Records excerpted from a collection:
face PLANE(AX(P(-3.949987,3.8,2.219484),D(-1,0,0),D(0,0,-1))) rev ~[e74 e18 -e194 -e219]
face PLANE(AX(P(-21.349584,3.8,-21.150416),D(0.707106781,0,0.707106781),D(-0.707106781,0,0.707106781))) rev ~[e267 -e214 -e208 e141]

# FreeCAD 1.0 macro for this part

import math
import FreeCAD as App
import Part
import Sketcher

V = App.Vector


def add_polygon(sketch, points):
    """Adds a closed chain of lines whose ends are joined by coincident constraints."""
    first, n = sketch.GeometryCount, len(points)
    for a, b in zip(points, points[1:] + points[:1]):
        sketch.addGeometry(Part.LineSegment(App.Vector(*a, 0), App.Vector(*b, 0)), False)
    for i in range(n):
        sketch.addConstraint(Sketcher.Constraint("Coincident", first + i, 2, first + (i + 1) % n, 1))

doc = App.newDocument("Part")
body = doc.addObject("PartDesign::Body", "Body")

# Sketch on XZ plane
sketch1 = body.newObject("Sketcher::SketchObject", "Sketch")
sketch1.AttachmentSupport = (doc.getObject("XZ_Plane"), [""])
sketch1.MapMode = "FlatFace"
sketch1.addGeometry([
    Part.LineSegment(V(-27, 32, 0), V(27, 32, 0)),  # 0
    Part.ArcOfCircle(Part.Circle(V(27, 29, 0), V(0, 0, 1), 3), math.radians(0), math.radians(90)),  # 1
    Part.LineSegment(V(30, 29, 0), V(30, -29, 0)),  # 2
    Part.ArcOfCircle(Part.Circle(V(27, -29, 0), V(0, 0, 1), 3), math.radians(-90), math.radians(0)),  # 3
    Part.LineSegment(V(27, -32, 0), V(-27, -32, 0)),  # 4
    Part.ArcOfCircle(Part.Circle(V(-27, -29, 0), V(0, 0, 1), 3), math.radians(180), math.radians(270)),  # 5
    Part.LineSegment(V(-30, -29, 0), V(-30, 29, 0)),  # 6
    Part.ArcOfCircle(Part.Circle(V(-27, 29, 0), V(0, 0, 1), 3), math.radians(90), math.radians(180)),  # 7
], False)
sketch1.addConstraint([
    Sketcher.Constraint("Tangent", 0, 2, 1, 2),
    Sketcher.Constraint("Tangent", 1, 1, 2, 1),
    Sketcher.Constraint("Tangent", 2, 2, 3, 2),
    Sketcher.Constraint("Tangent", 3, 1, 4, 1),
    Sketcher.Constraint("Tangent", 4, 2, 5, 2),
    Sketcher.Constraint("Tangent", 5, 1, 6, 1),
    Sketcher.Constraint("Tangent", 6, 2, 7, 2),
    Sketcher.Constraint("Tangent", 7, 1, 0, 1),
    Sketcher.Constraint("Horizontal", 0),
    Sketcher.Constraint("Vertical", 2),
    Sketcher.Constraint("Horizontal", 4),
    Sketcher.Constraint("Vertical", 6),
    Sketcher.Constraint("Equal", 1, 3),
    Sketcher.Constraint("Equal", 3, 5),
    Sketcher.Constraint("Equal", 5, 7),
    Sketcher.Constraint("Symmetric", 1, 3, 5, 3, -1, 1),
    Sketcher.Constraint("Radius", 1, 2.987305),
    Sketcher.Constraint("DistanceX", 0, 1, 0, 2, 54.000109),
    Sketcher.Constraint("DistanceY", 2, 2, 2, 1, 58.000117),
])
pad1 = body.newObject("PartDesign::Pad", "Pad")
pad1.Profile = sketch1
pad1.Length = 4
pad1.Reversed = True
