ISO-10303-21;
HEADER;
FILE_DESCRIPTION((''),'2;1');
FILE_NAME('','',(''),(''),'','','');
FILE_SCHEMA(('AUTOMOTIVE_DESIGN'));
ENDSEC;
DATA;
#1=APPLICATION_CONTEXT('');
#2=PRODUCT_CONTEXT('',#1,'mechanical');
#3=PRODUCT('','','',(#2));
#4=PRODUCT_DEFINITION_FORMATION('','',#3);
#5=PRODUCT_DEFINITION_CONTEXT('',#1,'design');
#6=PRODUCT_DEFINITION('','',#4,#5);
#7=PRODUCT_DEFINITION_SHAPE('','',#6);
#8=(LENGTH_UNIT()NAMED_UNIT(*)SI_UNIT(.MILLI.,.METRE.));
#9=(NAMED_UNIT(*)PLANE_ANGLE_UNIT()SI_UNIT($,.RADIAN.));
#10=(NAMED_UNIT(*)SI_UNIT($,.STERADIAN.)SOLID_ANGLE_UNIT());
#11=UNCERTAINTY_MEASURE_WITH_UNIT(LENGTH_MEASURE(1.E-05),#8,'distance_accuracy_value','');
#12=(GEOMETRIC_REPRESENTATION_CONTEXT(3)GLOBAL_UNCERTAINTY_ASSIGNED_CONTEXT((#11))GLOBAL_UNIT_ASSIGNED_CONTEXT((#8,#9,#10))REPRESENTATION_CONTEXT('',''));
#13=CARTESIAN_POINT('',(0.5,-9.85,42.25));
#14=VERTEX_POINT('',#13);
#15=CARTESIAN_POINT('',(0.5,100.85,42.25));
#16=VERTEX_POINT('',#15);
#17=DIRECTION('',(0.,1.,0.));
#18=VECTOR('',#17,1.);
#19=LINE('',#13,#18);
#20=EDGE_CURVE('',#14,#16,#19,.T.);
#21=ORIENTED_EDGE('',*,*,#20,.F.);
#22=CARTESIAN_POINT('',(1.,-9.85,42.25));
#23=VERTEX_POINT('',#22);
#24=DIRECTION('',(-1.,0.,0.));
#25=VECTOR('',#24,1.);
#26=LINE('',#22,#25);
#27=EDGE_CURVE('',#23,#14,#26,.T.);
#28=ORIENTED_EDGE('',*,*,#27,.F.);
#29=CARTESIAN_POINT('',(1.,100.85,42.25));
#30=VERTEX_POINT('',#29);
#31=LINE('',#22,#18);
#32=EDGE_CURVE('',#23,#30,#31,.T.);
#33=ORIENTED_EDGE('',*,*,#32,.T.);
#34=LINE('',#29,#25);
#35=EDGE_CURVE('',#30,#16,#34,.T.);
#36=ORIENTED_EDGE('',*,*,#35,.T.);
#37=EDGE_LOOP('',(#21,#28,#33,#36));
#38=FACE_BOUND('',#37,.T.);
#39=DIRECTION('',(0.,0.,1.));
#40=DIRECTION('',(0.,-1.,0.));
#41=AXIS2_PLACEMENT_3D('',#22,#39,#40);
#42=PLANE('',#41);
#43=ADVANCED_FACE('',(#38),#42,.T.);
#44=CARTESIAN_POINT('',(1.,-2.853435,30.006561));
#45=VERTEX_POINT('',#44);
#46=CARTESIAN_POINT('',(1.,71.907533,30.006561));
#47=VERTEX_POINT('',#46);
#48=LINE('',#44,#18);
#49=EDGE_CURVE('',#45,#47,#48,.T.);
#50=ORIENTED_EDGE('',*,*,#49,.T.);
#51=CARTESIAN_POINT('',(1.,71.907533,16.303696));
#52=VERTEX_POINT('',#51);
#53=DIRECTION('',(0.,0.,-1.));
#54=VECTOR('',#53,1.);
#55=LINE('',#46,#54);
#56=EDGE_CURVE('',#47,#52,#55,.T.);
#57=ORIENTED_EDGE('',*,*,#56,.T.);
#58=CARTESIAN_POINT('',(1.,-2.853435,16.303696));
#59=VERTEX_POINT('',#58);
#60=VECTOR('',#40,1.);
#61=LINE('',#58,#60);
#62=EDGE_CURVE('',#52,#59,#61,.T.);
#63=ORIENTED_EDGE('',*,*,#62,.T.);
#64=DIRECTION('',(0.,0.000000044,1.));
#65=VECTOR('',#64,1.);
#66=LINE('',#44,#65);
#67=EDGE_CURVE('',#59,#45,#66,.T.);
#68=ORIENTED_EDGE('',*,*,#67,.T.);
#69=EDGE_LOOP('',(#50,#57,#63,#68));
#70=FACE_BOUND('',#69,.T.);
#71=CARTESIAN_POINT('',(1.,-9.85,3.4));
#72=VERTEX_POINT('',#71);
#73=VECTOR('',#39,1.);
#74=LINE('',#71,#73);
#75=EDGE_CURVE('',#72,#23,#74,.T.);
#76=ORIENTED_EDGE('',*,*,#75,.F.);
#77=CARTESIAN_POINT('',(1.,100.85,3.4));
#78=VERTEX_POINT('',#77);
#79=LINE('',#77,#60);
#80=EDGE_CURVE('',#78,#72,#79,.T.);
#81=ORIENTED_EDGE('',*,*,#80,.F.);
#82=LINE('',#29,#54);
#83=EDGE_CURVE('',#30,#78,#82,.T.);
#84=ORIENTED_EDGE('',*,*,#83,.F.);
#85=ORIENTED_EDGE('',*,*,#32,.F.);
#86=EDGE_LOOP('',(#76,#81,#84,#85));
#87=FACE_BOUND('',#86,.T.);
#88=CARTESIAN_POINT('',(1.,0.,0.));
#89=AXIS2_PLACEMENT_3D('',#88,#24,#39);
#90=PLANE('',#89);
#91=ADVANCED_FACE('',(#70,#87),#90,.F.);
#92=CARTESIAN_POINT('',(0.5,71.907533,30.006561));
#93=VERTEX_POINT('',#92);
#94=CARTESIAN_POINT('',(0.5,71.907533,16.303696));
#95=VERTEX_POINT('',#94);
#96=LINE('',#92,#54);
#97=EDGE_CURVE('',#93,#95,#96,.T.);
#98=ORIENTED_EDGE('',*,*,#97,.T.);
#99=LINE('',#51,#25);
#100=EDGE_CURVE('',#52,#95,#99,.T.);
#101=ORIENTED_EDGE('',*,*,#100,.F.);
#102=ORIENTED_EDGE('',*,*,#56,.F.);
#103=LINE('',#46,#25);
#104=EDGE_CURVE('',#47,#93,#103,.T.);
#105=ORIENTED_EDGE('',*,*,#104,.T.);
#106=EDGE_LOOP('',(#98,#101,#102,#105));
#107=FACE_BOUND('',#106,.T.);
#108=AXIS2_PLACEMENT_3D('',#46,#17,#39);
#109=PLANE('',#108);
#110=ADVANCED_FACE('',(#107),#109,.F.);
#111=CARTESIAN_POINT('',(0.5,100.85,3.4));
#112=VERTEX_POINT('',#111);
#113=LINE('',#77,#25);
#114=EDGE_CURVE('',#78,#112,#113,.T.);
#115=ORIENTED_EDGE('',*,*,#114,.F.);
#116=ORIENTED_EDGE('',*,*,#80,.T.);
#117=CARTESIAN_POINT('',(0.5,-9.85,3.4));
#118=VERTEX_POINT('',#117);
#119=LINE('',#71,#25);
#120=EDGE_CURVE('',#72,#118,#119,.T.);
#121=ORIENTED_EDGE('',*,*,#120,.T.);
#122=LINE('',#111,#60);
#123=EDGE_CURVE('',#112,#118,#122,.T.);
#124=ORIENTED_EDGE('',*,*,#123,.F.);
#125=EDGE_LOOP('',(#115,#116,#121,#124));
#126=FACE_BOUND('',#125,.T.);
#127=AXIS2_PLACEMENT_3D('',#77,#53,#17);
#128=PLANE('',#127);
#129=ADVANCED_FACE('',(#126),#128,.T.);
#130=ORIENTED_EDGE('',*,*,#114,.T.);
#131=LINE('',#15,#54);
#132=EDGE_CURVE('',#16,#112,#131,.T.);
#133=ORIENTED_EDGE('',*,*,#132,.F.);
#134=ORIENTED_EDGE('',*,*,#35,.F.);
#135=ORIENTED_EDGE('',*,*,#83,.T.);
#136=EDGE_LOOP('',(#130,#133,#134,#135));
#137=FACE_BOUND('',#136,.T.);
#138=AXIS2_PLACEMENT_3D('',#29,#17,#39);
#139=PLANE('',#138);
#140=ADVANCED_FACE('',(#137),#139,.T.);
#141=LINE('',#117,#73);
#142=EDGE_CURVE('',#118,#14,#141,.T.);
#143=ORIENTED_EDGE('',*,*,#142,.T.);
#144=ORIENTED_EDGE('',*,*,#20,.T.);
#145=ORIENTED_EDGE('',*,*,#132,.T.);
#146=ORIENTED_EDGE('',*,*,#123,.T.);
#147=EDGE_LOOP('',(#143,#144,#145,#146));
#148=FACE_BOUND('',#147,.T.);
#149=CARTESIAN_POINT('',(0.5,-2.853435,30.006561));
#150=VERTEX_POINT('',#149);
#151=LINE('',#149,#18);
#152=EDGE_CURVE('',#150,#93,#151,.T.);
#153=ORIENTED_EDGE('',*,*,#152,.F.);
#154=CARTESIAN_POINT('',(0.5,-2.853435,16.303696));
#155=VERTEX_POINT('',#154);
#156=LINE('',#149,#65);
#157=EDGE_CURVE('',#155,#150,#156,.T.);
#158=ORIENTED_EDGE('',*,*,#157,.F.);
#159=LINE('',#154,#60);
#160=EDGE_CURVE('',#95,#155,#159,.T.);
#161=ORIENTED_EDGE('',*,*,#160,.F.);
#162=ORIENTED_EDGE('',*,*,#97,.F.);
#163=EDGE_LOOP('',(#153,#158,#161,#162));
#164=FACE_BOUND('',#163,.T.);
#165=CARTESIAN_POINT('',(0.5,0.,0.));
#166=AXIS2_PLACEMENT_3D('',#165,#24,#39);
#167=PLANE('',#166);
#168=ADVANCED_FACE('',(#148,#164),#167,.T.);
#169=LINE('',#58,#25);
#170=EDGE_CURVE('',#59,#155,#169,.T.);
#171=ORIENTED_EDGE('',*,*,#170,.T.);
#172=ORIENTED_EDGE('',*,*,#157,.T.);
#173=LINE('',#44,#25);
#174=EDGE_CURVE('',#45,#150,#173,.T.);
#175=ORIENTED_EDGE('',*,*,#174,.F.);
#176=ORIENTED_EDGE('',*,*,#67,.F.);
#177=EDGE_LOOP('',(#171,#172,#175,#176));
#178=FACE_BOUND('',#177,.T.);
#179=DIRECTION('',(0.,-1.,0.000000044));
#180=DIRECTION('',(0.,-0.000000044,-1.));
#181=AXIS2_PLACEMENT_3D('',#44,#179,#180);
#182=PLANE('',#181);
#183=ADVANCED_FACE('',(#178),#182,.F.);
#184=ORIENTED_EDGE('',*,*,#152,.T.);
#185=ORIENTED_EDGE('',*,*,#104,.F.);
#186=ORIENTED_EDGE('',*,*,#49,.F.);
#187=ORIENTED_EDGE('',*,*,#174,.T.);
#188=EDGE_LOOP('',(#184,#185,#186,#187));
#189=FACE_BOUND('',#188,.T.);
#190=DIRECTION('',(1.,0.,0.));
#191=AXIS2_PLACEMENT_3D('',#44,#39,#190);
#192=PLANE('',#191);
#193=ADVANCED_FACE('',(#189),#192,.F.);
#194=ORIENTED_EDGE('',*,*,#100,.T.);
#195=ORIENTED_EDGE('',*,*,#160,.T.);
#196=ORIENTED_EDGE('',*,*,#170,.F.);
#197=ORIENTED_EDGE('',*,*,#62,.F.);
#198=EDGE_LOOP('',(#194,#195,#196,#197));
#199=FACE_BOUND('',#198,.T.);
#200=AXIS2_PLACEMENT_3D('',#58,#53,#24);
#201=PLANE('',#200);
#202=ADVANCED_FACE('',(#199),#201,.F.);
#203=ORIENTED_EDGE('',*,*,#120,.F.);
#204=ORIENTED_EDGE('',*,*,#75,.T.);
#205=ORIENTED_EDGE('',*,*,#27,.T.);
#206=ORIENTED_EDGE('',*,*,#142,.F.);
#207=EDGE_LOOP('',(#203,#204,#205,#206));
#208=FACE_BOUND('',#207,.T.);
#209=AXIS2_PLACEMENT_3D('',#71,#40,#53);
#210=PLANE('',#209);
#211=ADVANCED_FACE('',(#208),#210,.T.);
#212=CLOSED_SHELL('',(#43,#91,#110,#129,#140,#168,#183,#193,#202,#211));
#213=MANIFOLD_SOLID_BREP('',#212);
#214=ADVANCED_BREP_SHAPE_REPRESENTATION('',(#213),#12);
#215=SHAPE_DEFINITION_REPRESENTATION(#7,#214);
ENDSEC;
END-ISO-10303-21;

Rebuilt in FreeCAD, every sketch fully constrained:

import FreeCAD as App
import Part
import Sketcher

V = App.Vector

doc = App.newDocument("Part")
body = doc.addObject("PartDesign::Body", "Body")

# Sketch on YZ plane
sketch1 = doc.addObject("Sketcher::SketchObject", "Sketch")
body.addObject(sketch1)
sketch1.AttachmentSupport = (doc.YZ_Plane, [""])
sketch1.MapMode = "FlatFace"
sketch1.AttachmentOffset = App.Placement(V(0, 0, 0.5), App.Rotation())
sketch1.addGeometry([
    Part.LineSegment(V(101, 42, 0), V(101, 3, 0)),
    Part.LineSegment(V(101, 3, 0), V(-10, 3, 0)),
    Part.LineSegment(V(-10, 3, 0), V(-10, 42, 0)),
    Part.LineSegment(V(-10, 42, 0), V(101, 42, 0)),
], False)
sketch1.addConstraint([
    Sketcher.Constraint("Coincident", 0, 2, 1, 1),
    Sketcher.Constraint("Coincident", 1, 2, 2, 1),
    Sketcher.Constraint("Coincident", 2, 2, 3, 1),
    Sketcher.Constraint("Coincident", 3, 2, 0, 1),
    Sketcher.Constraint("Vertical", 0),
    Sketcher.Constraint("Horizontal", 1),
    Sketcher.Constraint("Vertical", 2),
    Sketcher.Constraint("Horizontal", 3),
    Sketcher.Constraint("DistanceX", 1, 2, 1, 1, 110.7),
    Sketcher.Constraint("DistanceY", 0, 2, 0, 1, 38.85),
    Sketcher.Constraint("DistanceY", -1, 1, 0, 2, 3.4),
    Sketcher.Constraint("DistanceX", -1, 1, 0, 2, 100.85),
])
pad1 = doc.addObject("PartDesign::Pad", "Pad")
body.addObject(pad1)
pad1.Profile = sketch1
pad1.Length = 0.5

# Sketch on YZ plane
sketch2 = doc.addObject("Sketcher::SketchObject", "Sketch001")
body.addObject(sketch2)
sketch2.AttachmentSupport = (doc.YZ_Plane, [""])
sketch2.MapMode = "FlatFace"
sketch2.AttachmentOffset = App.Placement(V(0, 0, 0.5), App.Rotation())
sketch2.addGeometry([
    Part.LineSegment(V(-3, 16, 0), V(-3, 30, 0)),
    Part.LineSegment(V(-3, 30, 0), V(72, 30, 0)),
    Part.LineSegment(V(72, 30, 0), V(72, 16, 0)),
    Part.LineSegment(V(72, 16, 0), V(-3, 16, 0)),
], False)
sketch2.addConstraint([
    Sketcher.Constraint("Coincident", 0, 2, 1, 1),
    Sketcher.Constraint("Coincident", 1, 2, 2, 1),
    Sketcher.Constraint("Coincident", 2, 2, 3, 1),
    Sketcher.Constraint("Coincident", 3, 2, 0, 1),
    Sketcher.Constraint("Vertical", 0),
    Sketcher.Constraint("Horizontal", 1),
    Sketcher.Constraint("Vertical", 2),
    Sketcher.Constraint("Horizontal", 3),
    Sketcher.Constraint("DistanceX", 3, 2, 3, 1, 74.760968),
    Sketcher.Constraint("DistanceY", 0, 1, 0, 2, 13.702866),
    Sketcher.Constraint("DistanceY", -1, 1, 0, 2, 30.006561),
    Sketcher.Constraint("DistanceX", 0, 2, -1, 1, 2.853435),
])
pocket1 = doc.addObject("PartDesign::Pocket", "Pocket")
body.addObject(pocket1)
pocket1.Profile = sketch2
pocket1.Type = "ThroughAll"
pocket1.Reversed = True

doc.recompute()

» **YOUR TASK**
Among the lines of the data, some contain the word "points". How many are there? Reply with the number alone.

» **ANSWER SECTION**
3